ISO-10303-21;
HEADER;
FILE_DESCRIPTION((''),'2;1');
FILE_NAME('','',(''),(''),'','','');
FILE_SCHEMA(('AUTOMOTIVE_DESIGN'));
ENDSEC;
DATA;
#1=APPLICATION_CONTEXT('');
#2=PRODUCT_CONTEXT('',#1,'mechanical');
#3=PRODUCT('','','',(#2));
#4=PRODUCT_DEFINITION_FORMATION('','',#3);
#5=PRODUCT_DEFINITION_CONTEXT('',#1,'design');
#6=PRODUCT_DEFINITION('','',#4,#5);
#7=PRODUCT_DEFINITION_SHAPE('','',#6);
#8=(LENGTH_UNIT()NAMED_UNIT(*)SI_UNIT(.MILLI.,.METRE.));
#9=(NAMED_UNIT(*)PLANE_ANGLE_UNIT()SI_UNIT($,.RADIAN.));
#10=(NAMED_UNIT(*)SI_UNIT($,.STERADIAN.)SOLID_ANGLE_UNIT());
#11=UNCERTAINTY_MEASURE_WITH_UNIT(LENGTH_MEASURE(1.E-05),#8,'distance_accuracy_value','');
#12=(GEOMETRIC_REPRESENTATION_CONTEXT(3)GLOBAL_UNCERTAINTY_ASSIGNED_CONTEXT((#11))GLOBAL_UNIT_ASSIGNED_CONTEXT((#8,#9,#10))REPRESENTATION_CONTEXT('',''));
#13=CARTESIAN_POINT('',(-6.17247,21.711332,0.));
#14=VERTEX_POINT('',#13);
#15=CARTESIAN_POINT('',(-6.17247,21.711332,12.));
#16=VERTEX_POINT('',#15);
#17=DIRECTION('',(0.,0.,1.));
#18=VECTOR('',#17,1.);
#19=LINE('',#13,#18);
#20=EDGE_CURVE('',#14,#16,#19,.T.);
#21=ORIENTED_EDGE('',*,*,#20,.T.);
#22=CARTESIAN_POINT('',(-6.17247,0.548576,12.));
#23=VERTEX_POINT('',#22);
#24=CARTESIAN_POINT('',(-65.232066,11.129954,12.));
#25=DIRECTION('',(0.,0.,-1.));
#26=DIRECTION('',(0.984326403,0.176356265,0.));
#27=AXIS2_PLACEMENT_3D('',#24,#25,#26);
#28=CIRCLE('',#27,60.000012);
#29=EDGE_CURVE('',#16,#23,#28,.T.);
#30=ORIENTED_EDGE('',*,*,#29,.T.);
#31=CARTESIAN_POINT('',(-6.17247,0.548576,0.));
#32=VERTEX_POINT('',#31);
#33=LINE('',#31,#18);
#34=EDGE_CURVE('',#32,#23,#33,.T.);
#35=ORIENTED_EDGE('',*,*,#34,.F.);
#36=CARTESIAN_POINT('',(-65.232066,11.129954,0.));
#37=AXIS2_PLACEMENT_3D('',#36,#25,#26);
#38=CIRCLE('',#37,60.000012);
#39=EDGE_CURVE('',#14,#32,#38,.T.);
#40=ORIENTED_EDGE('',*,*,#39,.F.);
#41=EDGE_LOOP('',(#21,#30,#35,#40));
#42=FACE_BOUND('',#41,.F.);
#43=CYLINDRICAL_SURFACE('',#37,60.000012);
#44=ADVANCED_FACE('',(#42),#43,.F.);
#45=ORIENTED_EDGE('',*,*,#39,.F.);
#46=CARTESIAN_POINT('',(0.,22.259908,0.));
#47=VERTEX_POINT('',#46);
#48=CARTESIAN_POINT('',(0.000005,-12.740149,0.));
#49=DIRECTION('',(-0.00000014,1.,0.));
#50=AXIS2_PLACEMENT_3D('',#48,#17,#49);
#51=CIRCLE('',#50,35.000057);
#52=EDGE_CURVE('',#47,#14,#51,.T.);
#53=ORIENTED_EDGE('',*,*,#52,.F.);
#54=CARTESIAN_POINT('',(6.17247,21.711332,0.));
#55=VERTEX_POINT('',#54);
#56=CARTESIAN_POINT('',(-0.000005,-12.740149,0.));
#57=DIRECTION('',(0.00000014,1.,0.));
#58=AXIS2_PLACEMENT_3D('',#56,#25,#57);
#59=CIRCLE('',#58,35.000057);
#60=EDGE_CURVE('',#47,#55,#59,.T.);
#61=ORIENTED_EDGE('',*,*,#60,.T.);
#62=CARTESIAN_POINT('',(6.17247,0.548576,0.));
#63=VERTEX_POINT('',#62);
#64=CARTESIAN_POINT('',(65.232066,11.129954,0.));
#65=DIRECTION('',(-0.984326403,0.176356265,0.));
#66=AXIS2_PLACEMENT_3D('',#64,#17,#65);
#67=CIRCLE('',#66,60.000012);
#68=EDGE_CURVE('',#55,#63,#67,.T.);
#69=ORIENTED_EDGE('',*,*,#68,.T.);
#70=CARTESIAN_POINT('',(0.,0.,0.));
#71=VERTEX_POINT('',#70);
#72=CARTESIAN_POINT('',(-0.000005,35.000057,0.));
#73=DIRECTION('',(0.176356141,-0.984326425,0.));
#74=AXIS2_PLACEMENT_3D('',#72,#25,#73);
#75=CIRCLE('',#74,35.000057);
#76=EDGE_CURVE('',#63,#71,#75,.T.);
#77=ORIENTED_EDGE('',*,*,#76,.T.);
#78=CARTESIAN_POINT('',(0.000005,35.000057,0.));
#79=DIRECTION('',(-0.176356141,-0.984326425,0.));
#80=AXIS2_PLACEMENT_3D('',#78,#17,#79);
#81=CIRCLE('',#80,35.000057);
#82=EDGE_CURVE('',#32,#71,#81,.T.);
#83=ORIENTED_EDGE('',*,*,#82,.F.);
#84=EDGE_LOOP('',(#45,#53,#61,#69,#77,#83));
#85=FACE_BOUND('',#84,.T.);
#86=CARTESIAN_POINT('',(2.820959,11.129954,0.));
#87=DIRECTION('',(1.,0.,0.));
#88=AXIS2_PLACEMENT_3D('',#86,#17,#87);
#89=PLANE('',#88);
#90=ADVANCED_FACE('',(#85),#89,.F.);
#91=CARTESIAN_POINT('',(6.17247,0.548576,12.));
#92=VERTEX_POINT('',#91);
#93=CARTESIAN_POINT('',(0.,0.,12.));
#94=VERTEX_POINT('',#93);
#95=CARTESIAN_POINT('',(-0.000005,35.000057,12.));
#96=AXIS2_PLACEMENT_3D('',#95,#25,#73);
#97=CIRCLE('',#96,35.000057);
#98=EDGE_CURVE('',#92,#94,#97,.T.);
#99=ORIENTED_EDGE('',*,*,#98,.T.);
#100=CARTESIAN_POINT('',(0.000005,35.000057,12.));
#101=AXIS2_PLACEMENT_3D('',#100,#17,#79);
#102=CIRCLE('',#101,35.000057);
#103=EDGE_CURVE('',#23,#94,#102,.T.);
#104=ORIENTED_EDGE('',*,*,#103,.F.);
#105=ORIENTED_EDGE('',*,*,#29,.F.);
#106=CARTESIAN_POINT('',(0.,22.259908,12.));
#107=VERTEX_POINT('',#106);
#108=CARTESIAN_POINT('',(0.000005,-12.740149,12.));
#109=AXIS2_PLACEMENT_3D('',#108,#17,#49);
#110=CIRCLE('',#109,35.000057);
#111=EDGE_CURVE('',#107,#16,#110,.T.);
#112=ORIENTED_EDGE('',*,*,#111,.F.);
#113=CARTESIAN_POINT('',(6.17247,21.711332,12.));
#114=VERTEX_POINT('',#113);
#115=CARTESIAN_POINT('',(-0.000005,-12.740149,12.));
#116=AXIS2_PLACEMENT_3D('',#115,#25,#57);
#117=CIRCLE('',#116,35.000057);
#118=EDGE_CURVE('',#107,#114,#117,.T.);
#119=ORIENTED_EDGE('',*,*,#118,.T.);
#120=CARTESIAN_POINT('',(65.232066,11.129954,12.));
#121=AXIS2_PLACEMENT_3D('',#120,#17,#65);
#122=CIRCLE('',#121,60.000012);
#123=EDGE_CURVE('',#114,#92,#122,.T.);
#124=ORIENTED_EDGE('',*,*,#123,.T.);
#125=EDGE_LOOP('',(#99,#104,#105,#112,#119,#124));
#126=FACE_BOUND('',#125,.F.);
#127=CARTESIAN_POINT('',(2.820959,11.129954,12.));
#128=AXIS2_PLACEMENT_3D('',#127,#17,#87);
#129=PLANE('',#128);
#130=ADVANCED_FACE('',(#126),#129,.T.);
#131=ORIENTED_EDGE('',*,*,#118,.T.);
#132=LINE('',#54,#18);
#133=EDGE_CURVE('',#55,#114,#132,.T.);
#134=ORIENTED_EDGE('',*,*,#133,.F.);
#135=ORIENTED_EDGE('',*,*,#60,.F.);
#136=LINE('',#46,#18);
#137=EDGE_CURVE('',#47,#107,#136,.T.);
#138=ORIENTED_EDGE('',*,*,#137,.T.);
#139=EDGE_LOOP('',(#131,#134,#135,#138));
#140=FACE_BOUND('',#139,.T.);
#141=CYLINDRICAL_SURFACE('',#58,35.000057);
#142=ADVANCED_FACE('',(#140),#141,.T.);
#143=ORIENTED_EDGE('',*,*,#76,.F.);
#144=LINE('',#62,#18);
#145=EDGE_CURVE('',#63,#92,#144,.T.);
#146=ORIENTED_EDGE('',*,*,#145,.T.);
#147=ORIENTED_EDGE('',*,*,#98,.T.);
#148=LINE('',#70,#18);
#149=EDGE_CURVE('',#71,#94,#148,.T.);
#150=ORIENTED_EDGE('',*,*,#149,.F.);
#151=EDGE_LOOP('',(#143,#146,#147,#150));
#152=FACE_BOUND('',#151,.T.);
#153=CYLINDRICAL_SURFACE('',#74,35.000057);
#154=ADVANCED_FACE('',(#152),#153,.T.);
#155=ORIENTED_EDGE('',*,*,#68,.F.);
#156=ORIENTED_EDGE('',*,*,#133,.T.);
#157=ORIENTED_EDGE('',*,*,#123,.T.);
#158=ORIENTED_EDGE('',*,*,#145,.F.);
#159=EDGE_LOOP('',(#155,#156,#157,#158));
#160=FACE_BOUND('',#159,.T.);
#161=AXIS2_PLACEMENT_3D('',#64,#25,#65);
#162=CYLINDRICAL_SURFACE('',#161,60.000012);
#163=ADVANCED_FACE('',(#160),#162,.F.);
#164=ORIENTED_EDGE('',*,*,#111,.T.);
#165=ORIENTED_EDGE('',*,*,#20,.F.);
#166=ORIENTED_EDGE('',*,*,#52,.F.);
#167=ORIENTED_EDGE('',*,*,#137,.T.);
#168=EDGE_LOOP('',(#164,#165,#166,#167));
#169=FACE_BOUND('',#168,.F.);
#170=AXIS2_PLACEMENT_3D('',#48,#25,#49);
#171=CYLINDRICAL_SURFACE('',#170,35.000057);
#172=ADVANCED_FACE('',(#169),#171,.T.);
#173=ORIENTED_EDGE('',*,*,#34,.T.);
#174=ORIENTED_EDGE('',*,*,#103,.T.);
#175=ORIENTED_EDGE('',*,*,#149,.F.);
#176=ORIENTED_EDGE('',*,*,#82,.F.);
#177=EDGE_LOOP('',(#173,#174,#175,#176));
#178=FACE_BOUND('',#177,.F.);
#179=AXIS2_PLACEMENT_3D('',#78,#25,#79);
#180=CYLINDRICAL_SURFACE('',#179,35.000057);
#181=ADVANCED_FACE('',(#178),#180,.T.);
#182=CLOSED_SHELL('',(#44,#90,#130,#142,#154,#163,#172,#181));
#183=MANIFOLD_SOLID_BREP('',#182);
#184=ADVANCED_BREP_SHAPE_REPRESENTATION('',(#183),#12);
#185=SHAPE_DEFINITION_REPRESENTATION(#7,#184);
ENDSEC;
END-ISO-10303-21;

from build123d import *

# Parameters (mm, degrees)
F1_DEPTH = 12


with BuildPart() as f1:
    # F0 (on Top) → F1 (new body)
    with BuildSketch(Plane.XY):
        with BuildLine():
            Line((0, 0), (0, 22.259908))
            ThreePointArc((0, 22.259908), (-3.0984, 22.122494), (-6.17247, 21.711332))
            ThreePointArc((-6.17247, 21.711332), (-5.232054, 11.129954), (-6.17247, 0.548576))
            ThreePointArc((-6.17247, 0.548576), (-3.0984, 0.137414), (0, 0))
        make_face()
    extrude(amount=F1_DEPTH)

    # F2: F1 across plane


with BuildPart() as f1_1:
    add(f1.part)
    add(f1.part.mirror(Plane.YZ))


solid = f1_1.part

● Task details: Repeat exactly the lines from the first line of the records above through the line containing "#4=PRODUCT_DEFINITION_FORMATION('','',#3);", both included, and nothing else.

● Result of the exercise:
ISO-10303-21;
HEADER;
FILE_DESCRIPTION((''),'2;1');
FILE_NAME('','',(''),(''),'','','');
FILE_SCHEMA(('AUTOMOTIVE_DESIGN'));
ENDSEC;
DATA;
#1=APPLICATION_CONTEXT('');
#2=PRODUCT_CONTEXT('',#1,'mechanical');
#3=PRODUCT('','','',(#2));
#4=PRODUCT_DEFINITION_FORMATION('','',#3);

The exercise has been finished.